Monday, October 11, 2010

Learning From Everything

In a world in which information is so abundant and easily accessible as it now, there is no reason one has to go to school or to college to learn anymore -- because one is learning all the time, from everything, if the mind is simply paying, or giving attention -- which is to have an open mind.

But in a world in which we are taught to compete incessantly for attention, the one with all the power is the one who gives attention -- and is aware and can fully appreciate what everybody else is doing. That is always the most powerful person in the room -- he who knows what everybody else is doing, and not all those so caught up in what they are doing, that they have no idea that anything else is going on.

Such people are conditioned to be "busy" compulsively, and so their minds and bodies are never still and quiet -- to observe what is happening, but rather think, that nothing happens, unless they make it happen. And so they think that whatever happens, happens because of their efforts -- and only their efforts. Nothing is known, unless they know it -- and are the first to know it, and until they do, it is the unknown.

That was knowledge in a previous time -- something personal and private, and not accessible to anyone else as well. Such knowledge became a process of time and effort -- which made it a virtue and accomplishment instead of the readily accessible, obvious and verifiable.

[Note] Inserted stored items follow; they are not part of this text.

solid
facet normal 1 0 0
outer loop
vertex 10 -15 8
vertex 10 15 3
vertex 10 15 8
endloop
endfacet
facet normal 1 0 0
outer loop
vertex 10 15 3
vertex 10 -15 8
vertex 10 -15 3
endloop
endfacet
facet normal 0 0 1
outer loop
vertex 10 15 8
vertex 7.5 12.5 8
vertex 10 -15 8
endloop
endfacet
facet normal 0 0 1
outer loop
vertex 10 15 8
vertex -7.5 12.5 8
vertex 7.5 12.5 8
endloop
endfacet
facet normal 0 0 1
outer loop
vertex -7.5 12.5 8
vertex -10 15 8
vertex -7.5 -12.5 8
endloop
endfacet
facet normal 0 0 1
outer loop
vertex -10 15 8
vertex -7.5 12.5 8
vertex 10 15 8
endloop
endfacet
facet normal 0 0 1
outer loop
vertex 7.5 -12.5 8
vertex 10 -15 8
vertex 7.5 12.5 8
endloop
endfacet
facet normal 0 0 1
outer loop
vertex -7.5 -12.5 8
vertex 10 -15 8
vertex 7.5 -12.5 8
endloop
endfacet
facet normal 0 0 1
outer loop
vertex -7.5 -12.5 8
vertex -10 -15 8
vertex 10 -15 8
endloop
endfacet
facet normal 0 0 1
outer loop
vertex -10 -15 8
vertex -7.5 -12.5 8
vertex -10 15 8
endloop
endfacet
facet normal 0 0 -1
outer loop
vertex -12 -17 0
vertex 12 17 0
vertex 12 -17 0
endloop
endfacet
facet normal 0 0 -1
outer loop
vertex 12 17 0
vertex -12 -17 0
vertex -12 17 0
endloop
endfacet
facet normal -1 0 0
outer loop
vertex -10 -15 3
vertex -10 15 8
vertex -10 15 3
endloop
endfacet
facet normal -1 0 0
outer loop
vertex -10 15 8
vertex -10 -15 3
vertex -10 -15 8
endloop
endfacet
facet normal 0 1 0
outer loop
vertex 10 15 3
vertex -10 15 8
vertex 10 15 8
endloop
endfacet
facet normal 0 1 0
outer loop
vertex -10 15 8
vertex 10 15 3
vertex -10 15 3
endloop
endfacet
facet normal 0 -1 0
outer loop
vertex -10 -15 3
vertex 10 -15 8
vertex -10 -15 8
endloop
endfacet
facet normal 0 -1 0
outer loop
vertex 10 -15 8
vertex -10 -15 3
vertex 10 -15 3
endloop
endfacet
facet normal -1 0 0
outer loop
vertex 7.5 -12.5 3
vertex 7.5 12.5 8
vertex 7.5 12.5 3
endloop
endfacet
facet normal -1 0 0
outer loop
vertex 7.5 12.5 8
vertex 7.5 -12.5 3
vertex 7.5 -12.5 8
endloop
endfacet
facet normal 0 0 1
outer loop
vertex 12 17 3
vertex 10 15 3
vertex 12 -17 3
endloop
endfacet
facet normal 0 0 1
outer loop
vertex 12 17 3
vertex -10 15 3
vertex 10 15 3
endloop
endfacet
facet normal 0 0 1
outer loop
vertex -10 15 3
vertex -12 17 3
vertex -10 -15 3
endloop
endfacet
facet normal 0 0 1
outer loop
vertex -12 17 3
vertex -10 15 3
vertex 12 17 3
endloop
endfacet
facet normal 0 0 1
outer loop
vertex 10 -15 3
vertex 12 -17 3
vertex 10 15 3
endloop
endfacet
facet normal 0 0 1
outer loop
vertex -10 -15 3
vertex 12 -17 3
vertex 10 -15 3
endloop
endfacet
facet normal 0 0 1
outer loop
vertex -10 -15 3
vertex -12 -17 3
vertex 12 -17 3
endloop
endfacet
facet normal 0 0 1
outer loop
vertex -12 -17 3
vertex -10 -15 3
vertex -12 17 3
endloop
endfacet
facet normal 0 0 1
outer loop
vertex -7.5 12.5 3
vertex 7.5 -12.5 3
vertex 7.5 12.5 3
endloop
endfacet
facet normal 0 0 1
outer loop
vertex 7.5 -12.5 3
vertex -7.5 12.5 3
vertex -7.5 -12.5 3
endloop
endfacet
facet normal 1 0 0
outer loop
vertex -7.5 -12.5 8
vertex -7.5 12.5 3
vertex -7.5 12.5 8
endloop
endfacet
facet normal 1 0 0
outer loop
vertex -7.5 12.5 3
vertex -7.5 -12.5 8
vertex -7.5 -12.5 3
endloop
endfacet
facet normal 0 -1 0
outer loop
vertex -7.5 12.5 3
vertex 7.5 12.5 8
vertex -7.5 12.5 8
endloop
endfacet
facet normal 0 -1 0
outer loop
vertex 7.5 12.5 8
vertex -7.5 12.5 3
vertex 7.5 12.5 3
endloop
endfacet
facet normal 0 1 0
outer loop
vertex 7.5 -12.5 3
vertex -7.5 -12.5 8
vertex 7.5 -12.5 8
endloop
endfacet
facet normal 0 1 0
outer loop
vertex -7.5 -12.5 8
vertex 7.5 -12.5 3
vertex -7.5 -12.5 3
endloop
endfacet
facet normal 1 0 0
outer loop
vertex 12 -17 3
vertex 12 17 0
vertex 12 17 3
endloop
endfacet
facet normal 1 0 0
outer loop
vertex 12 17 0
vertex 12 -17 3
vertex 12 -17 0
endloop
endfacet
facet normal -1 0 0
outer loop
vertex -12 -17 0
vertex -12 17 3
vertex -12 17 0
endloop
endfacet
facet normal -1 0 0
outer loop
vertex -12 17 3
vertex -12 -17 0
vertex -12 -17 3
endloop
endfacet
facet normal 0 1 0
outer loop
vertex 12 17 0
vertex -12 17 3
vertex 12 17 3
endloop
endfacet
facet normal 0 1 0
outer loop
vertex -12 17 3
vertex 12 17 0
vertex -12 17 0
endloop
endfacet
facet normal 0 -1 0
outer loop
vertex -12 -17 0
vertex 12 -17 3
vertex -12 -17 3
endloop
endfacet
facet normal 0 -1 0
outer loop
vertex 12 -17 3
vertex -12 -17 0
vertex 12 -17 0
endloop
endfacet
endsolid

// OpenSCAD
// Customizable square device foot
// Created by Kjell Kernen
// Date 14.1.2017

/*[Foot Parameters]*/

// of the foot in mm:
length=20;         // [5:100]

// of the foot in mm:
width=30;          // [5:100]

// of the foot in mm:
total_heigth=8;   // [5:50]

// of the foot in mm:
flange_heigth=3;   // [0:5]

// of the foot in mm:
flange_width=2;    // [0:5]

/*[Hidden]*/
base_heigth=total_heigth-flange_heigth;

difference()
{
    union()
    {
        difference()
        {
            translate([0,0,total_heigth/2])
                cube(size = [length, width, total_heigth], center=true);  
            translate([0,0,(total_heigth+1)/2 + flange_heigth])
                cube(size = [length-5, width-5, total_heigth+1], center=true); 
        }
        translate([0,0,flange_heigth/2])        
            cube(size = [length+flange_width*2, width+flange_width*2, flange_heigth], center=true);
    }       
}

That was a paradigm shift that changed the world -- and how we think of it. But our cultural institutions and occupations, have not caught up to that new reality -- and keeps insisting, that nothing has changed, so we still need to do things the way they've always been done before, which in the old school education, is to learn it from the properly designated and certified expert for that instruction.

Immediate knowledge and insight, is not permitted; one must take the time-consuming route as the only indication that one has properly learned the material -- in the properly accredited course of instruction. Any other manner, is still not recognized -- although it is becoming more difficult to ignore, deny, control, and manipulate/deceive.

Who has authority, and speaks with authority? And who just pretend to do so? Who decides?

It is determined by those with the most confidence to do so. Not just those with self-confidence, but confidence without the self- imposing its limitations of understanding and observation, which is only the incessant need to be right and feel superior. That is not knowing oneself -- and so everything one knows, or thinks they know, is only a projection of their own needs and desires, and not the thing they think they "know."